Suthon Sarocha, Perkins Rachel S, Lin Jianjian, Crockarell John R, Miranda-Carboni Gustavo A, Krum Susan A
Department of Orthopaedic Surgery and Biomedical Engineering, University of Tennessee Health Science Center, Memphis, TN, USA.
Campbell Clinic, Memphis, TN, USA.
Hum Genet. 2022 Dec;141(12):1849-1861. doi: 10.1007/s00439-022-02463-8. Epub 2022 Jun 9.

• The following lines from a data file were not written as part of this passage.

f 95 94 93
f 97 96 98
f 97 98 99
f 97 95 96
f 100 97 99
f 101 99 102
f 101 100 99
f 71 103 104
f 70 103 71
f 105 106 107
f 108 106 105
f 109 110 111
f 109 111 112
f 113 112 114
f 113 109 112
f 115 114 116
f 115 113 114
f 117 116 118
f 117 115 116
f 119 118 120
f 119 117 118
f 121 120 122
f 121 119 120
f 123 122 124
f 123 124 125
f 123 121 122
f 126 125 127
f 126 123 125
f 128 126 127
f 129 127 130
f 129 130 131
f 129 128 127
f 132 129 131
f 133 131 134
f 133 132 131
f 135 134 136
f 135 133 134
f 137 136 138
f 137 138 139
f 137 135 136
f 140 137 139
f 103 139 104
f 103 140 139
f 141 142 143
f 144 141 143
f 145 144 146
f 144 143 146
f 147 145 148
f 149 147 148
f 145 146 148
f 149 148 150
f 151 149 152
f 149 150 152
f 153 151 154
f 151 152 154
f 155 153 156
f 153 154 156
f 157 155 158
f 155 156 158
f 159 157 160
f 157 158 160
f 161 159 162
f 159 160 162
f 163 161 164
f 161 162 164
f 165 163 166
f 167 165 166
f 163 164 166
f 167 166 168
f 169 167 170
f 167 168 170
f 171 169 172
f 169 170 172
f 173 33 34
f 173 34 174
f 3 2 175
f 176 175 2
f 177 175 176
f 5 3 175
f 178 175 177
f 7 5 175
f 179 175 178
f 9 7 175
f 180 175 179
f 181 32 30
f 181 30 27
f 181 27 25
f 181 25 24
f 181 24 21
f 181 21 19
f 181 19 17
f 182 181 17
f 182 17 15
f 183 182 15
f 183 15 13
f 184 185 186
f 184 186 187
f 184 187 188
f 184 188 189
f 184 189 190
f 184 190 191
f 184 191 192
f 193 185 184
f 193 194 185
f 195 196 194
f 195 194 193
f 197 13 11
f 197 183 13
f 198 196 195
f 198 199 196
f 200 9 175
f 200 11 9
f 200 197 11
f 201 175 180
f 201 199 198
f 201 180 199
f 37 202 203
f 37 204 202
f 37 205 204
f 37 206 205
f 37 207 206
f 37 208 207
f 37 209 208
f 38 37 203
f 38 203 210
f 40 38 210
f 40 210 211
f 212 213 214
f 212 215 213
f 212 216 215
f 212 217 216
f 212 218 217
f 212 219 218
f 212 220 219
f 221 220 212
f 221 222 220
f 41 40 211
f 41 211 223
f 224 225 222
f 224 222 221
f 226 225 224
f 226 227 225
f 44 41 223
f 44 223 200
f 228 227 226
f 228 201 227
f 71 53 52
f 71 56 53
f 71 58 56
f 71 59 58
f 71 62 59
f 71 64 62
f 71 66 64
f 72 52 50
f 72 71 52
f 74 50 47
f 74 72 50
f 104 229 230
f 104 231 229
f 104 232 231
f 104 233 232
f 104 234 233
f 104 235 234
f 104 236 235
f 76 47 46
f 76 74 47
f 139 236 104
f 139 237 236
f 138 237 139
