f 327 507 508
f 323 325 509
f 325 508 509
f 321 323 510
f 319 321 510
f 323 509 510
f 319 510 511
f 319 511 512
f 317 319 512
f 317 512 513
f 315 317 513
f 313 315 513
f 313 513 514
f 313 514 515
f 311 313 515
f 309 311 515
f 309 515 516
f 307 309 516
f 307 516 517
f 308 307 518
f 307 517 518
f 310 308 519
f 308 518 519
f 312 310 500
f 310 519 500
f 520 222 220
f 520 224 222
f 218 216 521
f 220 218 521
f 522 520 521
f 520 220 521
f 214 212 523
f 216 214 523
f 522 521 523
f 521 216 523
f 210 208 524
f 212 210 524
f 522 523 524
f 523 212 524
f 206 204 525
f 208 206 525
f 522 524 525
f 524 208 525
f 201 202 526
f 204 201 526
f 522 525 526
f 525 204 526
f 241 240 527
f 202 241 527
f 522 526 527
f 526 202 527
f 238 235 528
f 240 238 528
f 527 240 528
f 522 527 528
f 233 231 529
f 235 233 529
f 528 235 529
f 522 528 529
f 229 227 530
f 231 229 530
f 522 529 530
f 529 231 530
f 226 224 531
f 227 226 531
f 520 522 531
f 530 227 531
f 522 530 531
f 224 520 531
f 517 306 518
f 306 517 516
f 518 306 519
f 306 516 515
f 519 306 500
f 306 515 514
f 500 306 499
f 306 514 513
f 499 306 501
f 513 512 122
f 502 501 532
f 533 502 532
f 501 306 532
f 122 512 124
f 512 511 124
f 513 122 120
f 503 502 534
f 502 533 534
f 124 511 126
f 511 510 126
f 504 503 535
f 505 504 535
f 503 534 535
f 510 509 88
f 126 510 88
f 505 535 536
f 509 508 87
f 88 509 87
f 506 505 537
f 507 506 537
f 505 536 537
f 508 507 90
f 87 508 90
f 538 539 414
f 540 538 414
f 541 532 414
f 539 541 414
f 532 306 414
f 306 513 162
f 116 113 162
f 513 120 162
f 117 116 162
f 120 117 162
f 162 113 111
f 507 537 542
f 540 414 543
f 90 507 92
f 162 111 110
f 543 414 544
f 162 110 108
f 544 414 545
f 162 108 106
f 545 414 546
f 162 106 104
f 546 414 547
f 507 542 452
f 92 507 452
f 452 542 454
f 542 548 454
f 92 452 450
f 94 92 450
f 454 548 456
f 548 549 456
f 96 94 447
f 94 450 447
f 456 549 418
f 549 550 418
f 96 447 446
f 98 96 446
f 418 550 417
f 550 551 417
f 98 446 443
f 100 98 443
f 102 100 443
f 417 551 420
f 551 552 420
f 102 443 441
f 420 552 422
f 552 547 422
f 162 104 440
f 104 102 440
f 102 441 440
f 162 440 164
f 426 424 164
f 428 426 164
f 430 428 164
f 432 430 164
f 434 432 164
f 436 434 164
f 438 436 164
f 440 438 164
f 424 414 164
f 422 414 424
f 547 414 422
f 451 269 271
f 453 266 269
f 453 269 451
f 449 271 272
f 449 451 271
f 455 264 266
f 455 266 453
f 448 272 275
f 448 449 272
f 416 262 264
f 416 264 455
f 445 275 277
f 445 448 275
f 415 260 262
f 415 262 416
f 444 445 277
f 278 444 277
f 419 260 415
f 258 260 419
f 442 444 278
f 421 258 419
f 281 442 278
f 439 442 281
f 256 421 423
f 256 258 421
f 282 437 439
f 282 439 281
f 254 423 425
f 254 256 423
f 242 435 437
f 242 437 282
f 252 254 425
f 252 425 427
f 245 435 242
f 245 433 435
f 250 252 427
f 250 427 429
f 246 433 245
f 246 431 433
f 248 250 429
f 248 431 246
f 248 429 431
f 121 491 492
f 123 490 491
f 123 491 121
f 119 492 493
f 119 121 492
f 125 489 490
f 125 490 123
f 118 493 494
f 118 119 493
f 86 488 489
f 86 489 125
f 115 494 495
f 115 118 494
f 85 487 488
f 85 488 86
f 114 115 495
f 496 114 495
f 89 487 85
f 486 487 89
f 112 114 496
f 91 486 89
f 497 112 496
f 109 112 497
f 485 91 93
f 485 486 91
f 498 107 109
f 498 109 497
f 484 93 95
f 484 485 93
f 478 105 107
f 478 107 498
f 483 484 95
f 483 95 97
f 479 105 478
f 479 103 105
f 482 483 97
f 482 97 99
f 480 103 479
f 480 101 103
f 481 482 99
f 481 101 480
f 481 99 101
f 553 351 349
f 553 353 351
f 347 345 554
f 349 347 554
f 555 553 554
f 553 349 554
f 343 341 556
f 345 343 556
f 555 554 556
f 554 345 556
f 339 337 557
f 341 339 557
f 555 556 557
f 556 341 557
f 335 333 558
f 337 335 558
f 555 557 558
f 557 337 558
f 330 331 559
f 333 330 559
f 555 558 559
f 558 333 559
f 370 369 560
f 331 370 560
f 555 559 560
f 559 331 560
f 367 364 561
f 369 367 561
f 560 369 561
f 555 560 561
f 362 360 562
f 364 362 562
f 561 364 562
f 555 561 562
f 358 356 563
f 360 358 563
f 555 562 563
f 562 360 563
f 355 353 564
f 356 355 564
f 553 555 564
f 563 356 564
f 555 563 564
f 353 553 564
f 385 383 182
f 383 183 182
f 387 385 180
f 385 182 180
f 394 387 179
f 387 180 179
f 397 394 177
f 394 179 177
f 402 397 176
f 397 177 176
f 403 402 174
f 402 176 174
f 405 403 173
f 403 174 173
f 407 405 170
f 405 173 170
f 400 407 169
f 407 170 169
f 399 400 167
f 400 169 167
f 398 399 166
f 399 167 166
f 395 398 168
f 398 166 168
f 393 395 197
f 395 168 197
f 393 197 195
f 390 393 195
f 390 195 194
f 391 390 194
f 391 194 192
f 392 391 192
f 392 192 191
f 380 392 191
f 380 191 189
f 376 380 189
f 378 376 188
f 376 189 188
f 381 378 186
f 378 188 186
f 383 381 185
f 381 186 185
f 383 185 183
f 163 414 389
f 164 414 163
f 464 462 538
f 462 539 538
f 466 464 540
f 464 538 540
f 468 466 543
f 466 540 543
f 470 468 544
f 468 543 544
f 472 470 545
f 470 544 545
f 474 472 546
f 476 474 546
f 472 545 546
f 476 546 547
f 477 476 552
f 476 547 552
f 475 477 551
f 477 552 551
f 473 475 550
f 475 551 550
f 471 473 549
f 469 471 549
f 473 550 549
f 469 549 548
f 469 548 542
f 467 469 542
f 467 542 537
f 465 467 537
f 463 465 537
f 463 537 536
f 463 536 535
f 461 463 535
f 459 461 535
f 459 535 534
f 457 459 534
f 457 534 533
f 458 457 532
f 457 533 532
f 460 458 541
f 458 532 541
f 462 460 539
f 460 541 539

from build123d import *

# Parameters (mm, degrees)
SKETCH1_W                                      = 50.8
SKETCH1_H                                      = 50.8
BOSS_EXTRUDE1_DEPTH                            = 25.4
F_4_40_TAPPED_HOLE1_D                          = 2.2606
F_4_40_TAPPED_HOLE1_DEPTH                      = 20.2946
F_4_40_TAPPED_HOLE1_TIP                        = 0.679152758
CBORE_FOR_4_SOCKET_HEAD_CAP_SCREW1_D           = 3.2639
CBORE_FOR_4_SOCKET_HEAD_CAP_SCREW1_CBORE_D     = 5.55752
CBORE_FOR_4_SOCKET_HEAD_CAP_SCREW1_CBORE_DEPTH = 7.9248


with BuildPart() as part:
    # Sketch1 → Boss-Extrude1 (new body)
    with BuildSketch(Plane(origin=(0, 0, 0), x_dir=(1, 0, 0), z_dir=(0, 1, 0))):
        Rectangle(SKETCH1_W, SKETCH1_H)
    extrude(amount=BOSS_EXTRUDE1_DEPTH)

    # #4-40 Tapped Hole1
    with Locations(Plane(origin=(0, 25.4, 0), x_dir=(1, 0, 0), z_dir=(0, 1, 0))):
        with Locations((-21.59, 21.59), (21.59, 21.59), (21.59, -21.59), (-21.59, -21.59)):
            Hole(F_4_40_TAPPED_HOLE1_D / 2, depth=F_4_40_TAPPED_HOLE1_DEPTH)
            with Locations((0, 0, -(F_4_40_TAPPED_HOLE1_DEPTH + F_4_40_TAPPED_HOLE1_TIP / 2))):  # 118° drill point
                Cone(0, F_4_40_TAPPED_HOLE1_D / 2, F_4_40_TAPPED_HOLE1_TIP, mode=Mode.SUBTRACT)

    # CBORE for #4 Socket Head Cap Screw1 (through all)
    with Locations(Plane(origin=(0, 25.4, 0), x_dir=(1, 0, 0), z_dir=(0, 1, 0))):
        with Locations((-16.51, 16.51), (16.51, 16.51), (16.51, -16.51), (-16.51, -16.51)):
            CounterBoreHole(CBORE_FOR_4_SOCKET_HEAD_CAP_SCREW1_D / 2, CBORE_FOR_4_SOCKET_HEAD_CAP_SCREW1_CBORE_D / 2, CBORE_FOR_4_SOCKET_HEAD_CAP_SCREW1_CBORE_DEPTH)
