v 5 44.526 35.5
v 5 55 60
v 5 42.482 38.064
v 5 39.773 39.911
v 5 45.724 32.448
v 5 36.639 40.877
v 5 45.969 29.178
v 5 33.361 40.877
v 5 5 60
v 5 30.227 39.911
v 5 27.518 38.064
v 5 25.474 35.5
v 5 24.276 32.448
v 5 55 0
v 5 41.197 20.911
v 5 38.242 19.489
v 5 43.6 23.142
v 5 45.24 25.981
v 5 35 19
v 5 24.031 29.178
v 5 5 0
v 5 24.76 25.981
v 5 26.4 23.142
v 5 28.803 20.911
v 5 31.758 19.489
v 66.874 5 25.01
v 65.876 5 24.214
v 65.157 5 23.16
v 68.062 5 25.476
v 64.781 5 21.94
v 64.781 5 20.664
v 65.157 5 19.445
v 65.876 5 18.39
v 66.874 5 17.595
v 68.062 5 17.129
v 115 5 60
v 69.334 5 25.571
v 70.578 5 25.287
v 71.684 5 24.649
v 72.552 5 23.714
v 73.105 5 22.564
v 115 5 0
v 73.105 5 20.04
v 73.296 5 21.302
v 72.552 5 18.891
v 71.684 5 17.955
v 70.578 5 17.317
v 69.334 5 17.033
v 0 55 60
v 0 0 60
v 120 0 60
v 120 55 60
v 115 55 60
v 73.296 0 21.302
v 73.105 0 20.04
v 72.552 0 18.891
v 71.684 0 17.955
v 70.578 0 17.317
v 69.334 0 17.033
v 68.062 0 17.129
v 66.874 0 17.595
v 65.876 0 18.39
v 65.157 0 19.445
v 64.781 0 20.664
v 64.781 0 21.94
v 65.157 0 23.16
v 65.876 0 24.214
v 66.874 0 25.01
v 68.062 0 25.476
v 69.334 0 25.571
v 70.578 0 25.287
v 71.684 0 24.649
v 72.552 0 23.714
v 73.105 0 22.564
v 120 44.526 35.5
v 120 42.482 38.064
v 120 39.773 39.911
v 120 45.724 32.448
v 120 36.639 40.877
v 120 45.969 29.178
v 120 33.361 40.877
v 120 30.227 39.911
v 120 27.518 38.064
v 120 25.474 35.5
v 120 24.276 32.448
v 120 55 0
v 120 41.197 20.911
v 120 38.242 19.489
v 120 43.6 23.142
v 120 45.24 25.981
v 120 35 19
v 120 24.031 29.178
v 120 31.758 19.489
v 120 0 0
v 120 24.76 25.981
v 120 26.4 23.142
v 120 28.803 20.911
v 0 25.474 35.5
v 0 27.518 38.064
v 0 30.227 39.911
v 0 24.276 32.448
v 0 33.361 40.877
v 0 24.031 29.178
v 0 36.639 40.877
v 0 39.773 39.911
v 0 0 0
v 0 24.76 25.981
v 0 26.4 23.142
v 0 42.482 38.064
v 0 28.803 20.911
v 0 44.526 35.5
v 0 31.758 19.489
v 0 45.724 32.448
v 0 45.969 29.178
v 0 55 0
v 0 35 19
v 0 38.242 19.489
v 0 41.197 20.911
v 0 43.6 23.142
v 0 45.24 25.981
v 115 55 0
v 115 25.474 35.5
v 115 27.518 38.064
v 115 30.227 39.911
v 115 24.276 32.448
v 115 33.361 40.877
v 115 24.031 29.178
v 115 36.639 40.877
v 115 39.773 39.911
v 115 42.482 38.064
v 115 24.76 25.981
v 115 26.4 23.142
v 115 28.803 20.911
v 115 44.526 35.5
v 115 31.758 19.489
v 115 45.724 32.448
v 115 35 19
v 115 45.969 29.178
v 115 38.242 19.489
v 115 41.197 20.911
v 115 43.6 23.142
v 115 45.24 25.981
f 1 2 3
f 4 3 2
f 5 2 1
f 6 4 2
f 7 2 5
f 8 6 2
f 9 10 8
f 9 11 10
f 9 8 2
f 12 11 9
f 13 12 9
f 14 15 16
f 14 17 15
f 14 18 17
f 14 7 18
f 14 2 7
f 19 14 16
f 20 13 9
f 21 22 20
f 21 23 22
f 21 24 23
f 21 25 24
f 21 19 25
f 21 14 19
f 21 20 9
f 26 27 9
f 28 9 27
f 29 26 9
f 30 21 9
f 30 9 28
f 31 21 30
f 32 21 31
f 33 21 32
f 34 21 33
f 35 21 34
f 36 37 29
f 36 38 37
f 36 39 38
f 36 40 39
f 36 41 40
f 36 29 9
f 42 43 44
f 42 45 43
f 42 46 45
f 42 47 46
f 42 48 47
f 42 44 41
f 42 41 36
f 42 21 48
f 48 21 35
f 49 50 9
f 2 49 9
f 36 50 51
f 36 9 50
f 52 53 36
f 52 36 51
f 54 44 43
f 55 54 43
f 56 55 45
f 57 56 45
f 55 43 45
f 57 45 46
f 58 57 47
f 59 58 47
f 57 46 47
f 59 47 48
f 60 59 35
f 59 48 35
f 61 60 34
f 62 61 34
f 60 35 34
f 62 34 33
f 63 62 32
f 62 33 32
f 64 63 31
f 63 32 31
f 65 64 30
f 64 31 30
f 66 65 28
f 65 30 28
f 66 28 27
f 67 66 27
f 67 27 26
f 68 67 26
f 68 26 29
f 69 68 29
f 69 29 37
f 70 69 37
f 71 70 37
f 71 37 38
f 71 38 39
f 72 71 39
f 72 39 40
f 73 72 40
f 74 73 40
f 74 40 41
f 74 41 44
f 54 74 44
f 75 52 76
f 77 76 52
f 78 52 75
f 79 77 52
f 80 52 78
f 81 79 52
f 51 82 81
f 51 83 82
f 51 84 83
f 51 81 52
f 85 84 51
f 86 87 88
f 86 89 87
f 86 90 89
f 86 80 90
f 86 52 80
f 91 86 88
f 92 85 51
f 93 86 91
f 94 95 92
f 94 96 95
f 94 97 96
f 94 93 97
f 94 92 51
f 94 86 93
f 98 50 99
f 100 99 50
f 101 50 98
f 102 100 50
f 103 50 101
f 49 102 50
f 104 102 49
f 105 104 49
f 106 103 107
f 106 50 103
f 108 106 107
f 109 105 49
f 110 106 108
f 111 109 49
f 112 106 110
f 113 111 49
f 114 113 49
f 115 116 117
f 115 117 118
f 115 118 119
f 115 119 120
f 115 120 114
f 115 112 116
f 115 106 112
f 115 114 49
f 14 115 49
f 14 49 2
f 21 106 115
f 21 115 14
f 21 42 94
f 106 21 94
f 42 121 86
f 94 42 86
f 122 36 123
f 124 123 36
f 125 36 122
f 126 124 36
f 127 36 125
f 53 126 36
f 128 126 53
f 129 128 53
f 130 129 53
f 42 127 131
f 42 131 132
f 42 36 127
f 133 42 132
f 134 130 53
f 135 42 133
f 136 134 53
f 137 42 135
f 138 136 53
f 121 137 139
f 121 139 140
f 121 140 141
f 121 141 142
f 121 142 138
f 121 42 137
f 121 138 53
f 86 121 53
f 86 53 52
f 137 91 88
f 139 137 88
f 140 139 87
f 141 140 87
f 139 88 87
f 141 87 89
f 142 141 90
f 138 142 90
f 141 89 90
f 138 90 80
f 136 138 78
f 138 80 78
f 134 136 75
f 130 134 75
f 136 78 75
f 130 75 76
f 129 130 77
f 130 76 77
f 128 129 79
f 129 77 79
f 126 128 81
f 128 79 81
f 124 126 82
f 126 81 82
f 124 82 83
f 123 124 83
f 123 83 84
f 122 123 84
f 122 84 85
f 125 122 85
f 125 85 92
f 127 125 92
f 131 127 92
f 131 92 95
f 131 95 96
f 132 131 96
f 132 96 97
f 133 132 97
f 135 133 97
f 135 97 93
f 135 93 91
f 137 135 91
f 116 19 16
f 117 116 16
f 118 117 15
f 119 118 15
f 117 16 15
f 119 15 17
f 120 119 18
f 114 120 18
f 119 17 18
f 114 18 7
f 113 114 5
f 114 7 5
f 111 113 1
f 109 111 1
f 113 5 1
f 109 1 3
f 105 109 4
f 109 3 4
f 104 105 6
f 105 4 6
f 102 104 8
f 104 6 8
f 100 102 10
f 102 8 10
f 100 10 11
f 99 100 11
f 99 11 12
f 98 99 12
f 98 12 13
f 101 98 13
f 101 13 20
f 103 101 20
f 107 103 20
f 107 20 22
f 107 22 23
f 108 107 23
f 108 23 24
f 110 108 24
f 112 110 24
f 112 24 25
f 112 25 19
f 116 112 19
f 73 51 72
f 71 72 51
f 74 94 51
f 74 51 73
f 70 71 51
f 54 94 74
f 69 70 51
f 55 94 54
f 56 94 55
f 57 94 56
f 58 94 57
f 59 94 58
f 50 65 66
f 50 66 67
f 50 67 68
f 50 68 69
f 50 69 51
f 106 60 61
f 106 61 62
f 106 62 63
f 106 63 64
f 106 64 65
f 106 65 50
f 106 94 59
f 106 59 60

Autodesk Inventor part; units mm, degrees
ref_plane "YZ Plane" through (0, 0, 0) normal (1, 0, 0) x (0, 1, 0)
ref_plane "XZ Plane" through (0, 0, 0) normal (0, 1, 0) x (-1, 0, 0)
ref_plane "XY Plane" through (0, 0, 0) normal (0, 0, 1) x (1, 0, 0)
sketch "Sketch1" plane through (0, 0, 0) normal (0, 0, 1) x (1, 0, 0)
  line L0 (0, 0) -> (0, 55)
  line L1 (0, 55) -> (5, 55)
  line L2 (5, 55) -> (5, 5)
  line L3 (5, 5) -> (115, 5)
  line L4 (115, 5) -> (115, 55)
  line L5 (115, 55) -> (120, 55)
  line L6 (120, 55) -> (120, 0)
  line L7 (120, 0) -> (0, 0)
  dimension "d0" = 5
  dimension "d1" = 50
  dimension "d2" = 120
  dimension "d3" = 5
extrude "Extrusion1" add sketch "Sketch1" along normal blind 60
sketch "Sketch2" plane through (120, 0, 0) normal (1, 0, 0) x (0, 0, -1)
  line L0 (0, 55) -> (-60, 55) projected
  line L1 (-30, 55) -> (-30, 35) construction
  circle A0 centre (-30, 35) radius 11
  point P0 (0, 0)
  dimension "d6" = 22
  dimension "d7" = 20
extrude "Extrusion2" cut sketch "Sketch2" against normal through all
sketch "Sketch3" plane through (5, 5, 0) normal (0, 1, 0) x (1, 0, 0)
  circle A0 centre (64.0144, -21.3023) radius 4.2811
  point P0 (-5, 0)
extrude "Extrusion3" cut sketch "Sketch3" against normal through all
properties part number "CamMount"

Osteoporosis is a serious public health problem that affects 200 million people worldwide. Genome-wide association studies have revealed the association between several single nucleotide polymorphisms (SNPs) near WNT/β-catenin signaling genes and bone mineral density (BMD). The activation of β-catenin by WNT ligands is required for osteoblast differentiation. SNP rs9921222 is an intronic variant of AXIN1 (a scaffold protein in the destruction complex that regulates β-catenin signaling) that correlates with BMD. However, the biological mechanism of SNP rs9921222 has never been reported. Here, we show that the genotype of SNP rs9921222 correlates with the expression of AXIN1 in human osteoblasts. RNA and genomic DNA were analyzed from primary osteoblasts from 111 different individuals. Homozygous TT at rs9921222 correlates with a higher expression of AXIN1 than homozygous CC. Regional association analysis showed that rs9921222 is in high linkage disequilibrium (LD) with SNP rs10794639. In silico transcription factor analysis predicted that rs9921222 is within a GATA4 motif and rs10794639 is adjacent to an estrogen receptor alpha (ERα) motif. Mechanistically, GATA4 and ERα bind at SNPs rs9921222 and rs10794639 as detected by ChIP-qPCR. Luciferase assays demonstrate that rs9921222 is the causal SNP to alter ERα and GATA4 binding. GATA4 promoted the expression, and in contrast, ERα suppressed the expression of AXIN1 via the histone deacetylase complex member SIN3A. Functionally, the level of AXIN1 negatively correlates with the level of transcriptionally active β-catenin. In summary, we have discovered a molecular mechanism of the SNP rs9921222 to regulate AXIN1 through GATA4 and ERα binding in human osteoblasts.
骨质疏松症是一个严重的公共卫生问题,全球有2亿人受其影响。全基因组关联研究揭示了WNT/β-连环蛋白信号基因附近的几个单核苷酸多态性(SNP)与骨密度(BMD)之间的关联。WNT配体对β-连环蛋白的激活是成骨细胞分化所必需的。SNP rs9921222是AXIN1(一种在调节β-连环蛋白信号的破坏复合物中的支架蛋白)的内含子变体,与骨密度相关。然而,SNP rs9921222的生物学机制从未被报道过。在此,我们表明SNP rs9921222的基因型与人类成骨细胞中AXIN1的表达相关。对来自111个不同个体的原代成骨细胞的RNA和基因组DNA进行了分析。rs9921222处的纯合子TT与AXIN1的表达高于纯合子CC相关。区域关联分析表明,rs9921222与SNP rs10794639处于高度连锁不平衡(LD)状态。计算机转录因子分析预测,rs9921222位于一个GATA4基序内,rs10794639与雌激素受体α(ERα)基序相邻。从机制上讲,通过染色质免疫沉淀定量PCR(ChIP-qPCR)检测发现,GATA4和ERα在SNP rs9921222和rs10794639处结合。荧光素酶测定表明,rs9921222是改变ERα和GATA4结合的因果SNP。GATA4促进了表达,相反,ERα通过组蛋白去乙酰化酶复合物成员SIN3A抑制了AXIN1的表达。在功能上,AXIN1的水平与转录活性β-连环蛋白的水平呈负相关。总之,我们发现了SNP rs9921222在人类成骨细胞中通过GATA4和ERα结合来调节AXIN1的分子机制。